Divorce, on the other hand, only seeks to separate the couple by making them renounce the marital vows they promised to each other years ago. There is nothing intrinsically good in divorce. It destroys the family, and studies show that this destruction has profound and lasting effects on the couple’s children. Children who grow up in this stressful environment of brokenness are a shell of themselves when they eventually grow into adults taking part in building society. The family is, after all, the microcosm of society.
Divorce proponents say that a divorce law will prevent husbands from physically and emotionally abusing their wives. This is wrong on two counts: first, abuse does not primarily come from husbands. Many husbands ARE victims of abuse, but will not come out publicly to admit it. Regardless of who does the abuse, a divorce law will not prevent it; it only grants the victim a way out of the marriage.

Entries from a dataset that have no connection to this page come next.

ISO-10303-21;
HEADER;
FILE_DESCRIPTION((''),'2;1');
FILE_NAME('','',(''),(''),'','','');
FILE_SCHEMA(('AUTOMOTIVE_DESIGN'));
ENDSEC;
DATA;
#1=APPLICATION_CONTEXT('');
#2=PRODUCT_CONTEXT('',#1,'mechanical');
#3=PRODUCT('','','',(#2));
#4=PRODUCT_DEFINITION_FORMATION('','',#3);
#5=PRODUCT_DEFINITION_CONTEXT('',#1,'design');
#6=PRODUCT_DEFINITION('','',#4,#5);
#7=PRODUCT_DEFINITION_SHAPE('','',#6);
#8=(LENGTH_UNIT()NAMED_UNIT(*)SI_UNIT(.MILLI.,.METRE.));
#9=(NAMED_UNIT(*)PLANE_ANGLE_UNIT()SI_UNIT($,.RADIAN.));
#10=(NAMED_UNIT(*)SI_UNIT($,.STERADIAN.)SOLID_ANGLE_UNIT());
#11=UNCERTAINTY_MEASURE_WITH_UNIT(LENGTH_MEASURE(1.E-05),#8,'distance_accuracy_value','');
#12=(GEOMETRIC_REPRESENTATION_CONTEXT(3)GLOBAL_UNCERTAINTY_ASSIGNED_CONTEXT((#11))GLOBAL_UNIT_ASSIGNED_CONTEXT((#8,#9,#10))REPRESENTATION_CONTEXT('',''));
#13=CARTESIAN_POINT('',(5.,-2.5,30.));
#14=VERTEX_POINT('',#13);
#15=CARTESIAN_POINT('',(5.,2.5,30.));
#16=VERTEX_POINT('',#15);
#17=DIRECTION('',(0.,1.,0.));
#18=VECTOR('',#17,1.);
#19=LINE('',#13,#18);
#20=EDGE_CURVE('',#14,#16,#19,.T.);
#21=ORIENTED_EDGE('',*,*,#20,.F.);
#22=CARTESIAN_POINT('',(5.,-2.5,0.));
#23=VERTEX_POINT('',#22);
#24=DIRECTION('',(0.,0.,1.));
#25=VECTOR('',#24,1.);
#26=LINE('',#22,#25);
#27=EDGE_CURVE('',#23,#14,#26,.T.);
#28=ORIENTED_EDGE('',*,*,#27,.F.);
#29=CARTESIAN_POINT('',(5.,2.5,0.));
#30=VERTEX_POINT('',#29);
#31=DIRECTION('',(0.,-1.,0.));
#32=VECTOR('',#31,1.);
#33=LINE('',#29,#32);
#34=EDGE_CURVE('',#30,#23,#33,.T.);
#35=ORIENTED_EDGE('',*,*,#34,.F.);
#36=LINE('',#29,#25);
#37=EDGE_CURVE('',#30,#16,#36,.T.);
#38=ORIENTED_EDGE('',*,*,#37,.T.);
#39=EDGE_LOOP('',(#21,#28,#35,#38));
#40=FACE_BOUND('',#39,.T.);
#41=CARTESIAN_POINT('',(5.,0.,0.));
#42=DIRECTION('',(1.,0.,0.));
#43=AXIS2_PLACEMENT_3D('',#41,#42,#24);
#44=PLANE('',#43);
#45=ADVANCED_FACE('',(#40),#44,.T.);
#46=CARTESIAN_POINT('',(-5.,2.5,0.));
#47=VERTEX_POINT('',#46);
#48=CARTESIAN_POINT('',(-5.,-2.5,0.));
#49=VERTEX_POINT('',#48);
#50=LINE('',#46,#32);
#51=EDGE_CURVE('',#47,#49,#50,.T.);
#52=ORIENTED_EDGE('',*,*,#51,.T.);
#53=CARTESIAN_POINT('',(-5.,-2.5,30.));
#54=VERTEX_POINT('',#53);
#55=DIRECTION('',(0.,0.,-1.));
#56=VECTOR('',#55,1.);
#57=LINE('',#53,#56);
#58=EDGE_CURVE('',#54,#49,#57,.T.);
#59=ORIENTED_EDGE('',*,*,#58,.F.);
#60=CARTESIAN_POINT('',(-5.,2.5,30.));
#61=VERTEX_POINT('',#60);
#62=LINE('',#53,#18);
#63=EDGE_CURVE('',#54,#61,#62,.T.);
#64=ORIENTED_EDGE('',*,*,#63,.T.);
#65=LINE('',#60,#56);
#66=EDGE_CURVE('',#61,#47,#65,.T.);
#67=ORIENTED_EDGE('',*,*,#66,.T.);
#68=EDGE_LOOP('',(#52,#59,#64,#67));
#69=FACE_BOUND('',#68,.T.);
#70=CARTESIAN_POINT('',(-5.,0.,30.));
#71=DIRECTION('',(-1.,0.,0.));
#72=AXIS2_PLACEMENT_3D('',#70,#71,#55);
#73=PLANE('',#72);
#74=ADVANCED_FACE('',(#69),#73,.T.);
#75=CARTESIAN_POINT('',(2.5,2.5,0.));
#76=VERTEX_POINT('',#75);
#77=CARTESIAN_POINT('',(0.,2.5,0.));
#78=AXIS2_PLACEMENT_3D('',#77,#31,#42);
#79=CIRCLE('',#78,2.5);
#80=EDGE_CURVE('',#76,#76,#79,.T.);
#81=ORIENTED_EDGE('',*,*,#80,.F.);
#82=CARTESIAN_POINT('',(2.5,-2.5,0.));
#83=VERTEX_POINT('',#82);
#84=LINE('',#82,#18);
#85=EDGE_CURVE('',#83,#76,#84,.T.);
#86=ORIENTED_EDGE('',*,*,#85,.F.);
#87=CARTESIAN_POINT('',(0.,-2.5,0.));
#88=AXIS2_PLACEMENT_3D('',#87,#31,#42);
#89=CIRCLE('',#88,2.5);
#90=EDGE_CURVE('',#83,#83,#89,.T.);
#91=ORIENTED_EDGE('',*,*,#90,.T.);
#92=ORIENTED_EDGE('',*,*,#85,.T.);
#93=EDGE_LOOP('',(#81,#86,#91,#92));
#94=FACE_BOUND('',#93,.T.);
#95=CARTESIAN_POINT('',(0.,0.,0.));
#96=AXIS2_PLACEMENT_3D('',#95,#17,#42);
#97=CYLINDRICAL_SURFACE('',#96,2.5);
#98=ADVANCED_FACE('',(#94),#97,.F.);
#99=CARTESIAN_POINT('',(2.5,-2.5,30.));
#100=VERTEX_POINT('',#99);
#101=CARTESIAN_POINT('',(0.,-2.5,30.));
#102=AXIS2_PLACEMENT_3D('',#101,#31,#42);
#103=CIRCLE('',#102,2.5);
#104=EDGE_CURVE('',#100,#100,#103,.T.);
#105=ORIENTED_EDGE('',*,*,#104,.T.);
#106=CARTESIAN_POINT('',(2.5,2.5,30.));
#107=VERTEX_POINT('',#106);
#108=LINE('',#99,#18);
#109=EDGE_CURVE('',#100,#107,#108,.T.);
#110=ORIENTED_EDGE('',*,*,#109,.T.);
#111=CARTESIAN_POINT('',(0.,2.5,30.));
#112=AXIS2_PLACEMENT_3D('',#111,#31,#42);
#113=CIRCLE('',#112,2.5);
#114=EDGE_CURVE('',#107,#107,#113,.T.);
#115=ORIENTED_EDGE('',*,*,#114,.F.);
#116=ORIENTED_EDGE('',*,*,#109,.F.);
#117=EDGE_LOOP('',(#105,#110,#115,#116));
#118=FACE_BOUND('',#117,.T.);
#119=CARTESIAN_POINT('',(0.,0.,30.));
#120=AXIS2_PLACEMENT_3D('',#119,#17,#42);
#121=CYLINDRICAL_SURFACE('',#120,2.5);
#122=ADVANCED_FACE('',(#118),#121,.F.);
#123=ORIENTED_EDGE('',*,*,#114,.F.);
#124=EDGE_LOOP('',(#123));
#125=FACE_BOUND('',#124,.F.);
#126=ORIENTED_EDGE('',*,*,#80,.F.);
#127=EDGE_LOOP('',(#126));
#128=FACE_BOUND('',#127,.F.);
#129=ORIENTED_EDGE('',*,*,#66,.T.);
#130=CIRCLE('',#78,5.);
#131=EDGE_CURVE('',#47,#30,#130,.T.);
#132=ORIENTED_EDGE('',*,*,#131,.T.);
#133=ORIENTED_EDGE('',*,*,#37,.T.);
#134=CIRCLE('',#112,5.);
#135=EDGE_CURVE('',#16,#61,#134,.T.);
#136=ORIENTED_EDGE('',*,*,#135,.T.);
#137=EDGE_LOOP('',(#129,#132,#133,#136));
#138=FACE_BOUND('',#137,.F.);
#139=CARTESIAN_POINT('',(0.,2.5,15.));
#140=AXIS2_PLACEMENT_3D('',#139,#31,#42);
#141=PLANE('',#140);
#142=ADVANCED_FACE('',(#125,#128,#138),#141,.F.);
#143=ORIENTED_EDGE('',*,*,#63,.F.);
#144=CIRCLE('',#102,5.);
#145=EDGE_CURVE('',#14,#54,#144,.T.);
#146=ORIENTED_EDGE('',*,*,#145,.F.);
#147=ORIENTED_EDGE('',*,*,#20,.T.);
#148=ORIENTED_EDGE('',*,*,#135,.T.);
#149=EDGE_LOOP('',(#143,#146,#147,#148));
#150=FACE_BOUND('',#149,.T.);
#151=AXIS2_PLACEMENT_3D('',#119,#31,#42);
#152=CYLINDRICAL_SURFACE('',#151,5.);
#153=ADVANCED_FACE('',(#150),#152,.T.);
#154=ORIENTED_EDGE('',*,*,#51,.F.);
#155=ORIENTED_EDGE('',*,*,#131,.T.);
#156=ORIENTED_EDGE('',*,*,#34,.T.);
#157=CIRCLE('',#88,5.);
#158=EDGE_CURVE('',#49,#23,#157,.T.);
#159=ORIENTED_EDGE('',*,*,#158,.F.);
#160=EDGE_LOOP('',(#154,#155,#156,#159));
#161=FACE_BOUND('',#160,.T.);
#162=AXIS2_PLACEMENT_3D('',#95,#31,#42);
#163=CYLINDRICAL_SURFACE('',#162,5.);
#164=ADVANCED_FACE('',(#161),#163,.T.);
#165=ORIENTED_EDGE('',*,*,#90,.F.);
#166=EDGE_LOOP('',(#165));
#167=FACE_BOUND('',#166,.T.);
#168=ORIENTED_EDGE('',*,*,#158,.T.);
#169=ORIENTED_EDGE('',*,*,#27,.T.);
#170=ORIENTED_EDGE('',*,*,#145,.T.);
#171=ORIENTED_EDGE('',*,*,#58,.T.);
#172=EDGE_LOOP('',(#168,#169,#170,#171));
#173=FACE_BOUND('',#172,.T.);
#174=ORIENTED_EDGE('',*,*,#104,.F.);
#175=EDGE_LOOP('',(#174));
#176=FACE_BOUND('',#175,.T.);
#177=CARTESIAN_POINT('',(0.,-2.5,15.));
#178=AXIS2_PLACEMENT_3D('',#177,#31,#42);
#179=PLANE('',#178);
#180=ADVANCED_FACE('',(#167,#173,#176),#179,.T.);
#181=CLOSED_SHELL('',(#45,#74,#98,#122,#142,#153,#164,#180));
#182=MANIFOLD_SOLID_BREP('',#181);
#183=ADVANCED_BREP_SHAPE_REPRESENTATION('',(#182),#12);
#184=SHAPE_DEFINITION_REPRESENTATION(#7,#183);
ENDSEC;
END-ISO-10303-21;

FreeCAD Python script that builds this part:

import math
import FreeCAD as App
import Part
import Sketcher

doc = App.newDocument("Part")
body = doc.addObject("PartDesign::Body", "Body")

# Sketch on XZ plane
sketch1 = body.newObject("Sketcher::SketchObject", "Sketch")
sketch1.AttachmentSupport = (doc.getObject("XZ_Plane"), [""])
sketch1.MapMode = "FlatFace"
sketch1.addGeometry(Part.LineSegment(App.Vector(-5, 30, 0), App.Vector(-5, 0, 0)), False)
sketch1.addGeometry(Part.ArcOfCircle(Part.Circle(App.Vector(0, 0, 0), App.Vector(0, 0, 1), 5), math.radians(180), math.radians(360)), False)
sketch1.addGeometry(Part.LineSegment(App.Vector(5, 0, 0), App.Vector(5, 30, 0)), False)
sketch1.addGeometry(Part.ArcOfCircle(Part.Circle(App.Vector(0, 30, 0), App.Vector(0, 0, 1), 5), math.radians(0), math.radians(180)), False)
sketch1.addGeometry(Part.Circle(App.Vector(0, 0, 0), App.Vector(0, 0, 1), 2.5), False)
sketch1.addGeometry(Part.Circle(App.Vector(0, 30, 0), App.Vector(0, 0, 1), 2.5), False)
sketch1.addConstraint(Sketcher.Constraint("Tangent", 0, 2, 1, 1))
sketch1.addConstraint(Sketcher.Constraint("Tangent", 1, 2, 2, 1))
sketch1.addConstraint(Sketcher.Constraint("Tangent", 2, 2, 3, 1))
sketch1.addConstraint(Sketcher.Constraint("Tangent", 3, 2, 0, 1))
sketch1.addConstraint(Sketcher.Constraint("Vertical", 0))
sketch1.addConstraint(Sketcher.Constraint("Vertical", 2))
sketch1.addConstraint(Sketcher.Constraint("Coincident", 1, 3, -1, 1))
sketch1.addConstraint(Sketcher.Constraint("Coincident", 4, 3, -1, 1))
sketch1.addConstraint(Sketcher.Constraint("Coincident", 5, 3, 3, 3))
sketch1.addConstraint(Sketcher.Constraint("Equal", 4, 5))
sketch1.addConstraint(Sketcher.Constraint("Diameter", 4, 5.0))
sketch1.addConstraint(Sketcher.Constraint("Radius", 1, 5.0))
sketch1.addConstraint(Sketcher.Constraint("DistanceY", 0, 2, 0, 1, 30.0))
pad1 = body.newObject("PartDesign::Pad", "Pad")
pad1.Profile = sketch1
pad1.Length = 5
pad1.Midplane = True

doc.recompute()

Instead of divorce, why don’t we see the good in marriage and reinforce and strengthen couples? Learning to be a good husband and wife, and learning how to be even greater parents, takes years to fully grasp. We therefore should support all efforts by both the Church and the government to come up with tangible solutions in order to strengthen the family. A lot of effort should also be made to prepare those who seek marriage, so they do not wed unprepared for the realities of married life. Let us build and fortify the family instead of destroying it.
What has marriage and the family contributed to society? A lot. So it makes sense to preserve this institution instead of destroying it. On the other hand, what has divorce contributed to society? Is it more logical to destroy and to separate, rather than to strengthen and rebuild?